Material for this task: Begin
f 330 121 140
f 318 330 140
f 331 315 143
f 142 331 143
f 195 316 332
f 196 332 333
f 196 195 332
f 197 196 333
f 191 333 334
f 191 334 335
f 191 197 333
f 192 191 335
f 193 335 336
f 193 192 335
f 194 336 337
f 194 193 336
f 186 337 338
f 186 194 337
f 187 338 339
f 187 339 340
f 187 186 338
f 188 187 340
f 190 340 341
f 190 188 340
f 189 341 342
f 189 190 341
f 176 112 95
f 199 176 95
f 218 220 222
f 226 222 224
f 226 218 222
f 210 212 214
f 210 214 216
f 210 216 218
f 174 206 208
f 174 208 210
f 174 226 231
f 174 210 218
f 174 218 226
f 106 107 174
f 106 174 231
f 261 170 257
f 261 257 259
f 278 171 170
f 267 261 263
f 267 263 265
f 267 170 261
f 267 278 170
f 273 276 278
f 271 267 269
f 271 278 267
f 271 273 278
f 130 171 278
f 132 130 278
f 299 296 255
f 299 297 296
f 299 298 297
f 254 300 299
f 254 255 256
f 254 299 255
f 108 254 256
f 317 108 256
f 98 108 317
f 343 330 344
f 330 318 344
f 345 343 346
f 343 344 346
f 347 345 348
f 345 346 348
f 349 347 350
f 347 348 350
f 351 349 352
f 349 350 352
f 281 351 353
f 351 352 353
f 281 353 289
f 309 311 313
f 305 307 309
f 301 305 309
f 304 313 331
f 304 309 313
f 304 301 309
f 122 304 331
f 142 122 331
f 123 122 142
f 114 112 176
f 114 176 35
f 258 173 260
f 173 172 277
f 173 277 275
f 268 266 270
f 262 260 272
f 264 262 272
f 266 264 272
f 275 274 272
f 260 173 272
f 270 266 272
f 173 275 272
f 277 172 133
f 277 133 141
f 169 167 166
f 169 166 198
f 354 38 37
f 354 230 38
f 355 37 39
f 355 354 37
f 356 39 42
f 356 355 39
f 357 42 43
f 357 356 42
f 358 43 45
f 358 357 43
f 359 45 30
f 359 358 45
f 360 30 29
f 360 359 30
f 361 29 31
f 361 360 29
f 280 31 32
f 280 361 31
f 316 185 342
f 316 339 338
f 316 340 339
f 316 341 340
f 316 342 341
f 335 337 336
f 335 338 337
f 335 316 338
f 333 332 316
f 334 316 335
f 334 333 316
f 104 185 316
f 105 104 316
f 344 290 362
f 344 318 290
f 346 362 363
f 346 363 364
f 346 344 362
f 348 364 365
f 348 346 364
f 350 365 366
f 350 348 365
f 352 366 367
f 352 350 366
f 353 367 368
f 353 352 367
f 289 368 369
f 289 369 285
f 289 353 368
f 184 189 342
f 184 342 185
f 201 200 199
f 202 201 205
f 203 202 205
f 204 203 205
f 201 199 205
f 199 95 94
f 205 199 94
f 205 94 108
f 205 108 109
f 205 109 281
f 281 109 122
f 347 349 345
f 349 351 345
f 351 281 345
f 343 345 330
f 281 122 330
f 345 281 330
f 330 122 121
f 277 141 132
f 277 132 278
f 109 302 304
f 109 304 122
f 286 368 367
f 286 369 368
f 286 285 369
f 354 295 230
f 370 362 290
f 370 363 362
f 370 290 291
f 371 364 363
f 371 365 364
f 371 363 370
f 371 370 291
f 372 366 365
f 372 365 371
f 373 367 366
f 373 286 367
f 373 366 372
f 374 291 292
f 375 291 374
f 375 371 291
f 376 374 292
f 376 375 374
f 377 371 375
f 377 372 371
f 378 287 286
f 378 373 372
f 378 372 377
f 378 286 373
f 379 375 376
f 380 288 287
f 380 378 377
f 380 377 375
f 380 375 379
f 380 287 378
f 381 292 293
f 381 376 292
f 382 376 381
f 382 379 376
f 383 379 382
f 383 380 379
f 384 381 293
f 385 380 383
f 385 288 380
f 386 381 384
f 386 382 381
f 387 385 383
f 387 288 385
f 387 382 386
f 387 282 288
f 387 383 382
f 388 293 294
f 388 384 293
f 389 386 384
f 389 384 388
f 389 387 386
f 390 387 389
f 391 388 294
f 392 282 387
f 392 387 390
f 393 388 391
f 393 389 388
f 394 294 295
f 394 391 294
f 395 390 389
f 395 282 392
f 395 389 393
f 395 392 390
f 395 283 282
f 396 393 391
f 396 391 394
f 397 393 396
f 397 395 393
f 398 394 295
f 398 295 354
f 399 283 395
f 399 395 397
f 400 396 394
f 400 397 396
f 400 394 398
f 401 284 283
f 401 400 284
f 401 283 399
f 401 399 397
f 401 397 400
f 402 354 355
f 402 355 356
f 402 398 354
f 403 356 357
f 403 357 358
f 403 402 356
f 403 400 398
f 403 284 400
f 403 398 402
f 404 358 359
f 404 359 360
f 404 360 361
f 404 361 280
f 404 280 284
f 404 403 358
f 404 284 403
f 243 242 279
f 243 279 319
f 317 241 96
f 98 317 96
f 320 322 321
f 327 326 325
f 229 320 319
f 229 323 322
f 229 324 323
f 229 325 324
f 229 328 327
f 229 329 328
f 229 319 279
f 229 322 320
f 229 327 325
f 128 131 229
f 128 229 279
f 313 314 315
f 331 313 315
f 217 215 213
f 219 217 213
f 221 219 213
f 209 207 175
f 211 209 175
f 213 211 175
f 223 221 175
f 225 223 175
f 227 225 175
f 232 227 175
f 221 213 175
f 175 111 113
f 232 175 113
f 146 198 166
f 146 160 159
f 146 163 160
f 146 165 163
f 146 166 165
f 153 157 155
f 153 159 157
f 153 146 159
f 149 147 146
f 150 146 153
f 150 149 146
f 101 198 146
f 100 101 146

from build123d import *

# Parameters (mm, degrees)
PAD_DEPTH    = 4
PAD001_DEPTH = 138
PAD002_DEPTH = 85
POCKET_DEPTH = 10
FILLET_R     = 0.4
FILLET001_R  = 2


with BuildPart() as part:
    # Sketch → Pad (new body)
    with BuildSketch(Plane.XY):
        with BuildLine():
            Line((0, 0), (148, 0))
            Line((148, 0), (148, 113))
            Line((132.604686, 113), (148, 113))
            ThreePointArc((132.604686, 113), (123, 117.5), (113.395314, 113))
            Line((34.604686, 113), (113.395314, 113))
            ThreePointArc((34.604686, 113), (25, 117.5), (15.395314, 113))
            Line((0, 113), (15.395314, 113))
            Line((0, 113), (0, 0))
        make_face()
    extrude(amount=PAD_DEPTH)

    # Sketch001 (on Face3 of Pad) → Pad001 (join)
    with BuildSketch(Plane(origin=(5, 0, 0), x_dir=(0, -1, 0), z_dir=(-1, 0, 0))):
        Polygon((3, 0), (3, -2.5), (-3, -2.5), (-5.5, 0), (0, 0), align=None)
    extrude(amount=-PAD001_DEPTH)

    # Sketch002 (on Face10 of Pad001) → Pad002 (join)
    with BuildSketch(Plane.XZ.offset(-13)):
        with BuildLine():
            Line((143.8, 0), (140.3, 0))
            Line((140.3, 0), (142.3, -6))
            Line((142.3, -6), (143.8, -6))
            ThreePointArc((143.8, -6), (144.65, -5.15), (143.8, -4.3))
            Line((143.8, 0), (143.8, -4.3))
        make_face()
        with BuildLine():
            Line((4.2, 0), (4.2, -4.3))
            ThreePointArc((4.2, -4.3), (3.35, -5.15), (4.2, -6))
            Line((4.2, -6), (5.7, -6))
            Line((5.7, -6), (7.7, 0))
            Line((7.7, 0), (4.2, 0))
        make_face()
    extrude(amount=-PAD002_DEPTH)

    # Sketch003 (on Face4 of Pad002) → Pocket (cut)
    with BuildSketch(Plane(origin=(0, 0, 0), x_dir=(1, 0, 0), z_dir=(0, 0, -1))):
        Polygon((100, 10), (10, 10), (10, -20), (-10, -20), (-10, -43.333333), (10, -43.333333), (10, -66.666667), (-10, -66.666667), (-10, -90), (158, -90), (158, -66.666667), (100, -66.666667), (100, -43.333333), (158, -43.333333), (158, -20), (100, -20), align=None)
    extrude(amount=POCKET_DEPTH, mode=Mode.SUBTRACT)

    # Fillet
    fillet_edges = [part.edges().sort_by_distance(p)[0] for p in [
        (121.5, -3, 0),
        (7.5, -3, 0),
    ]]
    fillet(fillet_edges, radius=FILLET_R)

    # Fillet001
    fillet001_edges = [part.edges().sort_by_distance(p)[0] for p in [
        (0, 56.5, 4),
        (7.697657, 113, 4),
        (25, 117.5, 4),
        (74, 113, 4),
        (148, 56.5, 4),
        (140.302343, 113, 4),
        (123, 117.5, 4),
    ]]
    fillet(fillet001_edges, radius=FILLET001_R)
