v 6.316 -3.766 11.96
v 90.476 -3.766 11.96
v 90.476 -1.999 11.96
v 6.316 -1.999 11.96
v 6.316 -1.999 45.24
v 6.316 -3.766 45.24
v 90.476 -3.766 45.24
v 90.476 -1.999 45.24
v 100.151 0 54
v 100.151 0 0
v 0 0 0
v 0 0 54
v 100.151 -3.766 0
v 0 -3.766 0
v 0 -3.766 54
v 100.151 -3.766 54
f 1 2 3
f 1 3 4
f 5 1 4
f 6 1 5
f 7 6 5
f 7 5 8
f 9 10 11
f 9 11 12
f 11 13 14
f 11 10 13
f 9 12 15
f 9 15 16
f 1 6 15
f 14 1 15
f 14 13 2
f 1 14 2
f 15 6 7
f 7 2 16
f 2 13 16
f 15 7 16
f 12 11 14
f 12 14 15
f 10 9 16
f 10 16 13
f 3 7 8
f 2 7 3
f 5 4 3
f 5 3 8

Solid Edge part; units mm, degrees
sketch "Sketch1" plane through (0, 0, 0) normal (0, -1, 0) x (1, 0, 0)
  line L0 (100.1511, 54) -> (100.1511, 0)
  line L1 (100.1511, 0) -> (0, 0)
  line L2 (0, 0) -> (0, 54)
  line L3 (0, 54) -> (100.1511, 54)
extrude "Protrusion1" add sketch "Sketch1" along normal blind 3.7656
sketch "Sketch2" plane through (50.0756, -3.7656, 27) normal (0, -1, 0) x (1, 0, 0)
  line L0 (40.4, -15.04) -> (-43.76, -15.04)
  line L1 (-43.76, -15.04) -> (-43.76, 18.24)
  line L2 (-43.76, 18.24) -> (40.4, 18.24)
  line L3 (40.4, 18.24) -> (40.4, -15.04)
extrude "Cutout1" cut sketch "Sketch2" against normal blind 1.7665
Material for this task: End
Which of the lines above hold the string "radius"? Copy each one.

_Output of the exercise_.
    fillet(fillet_edges, radius=FILLET_R)
    fillet(fillet001_edges, radius=FILLET001_R)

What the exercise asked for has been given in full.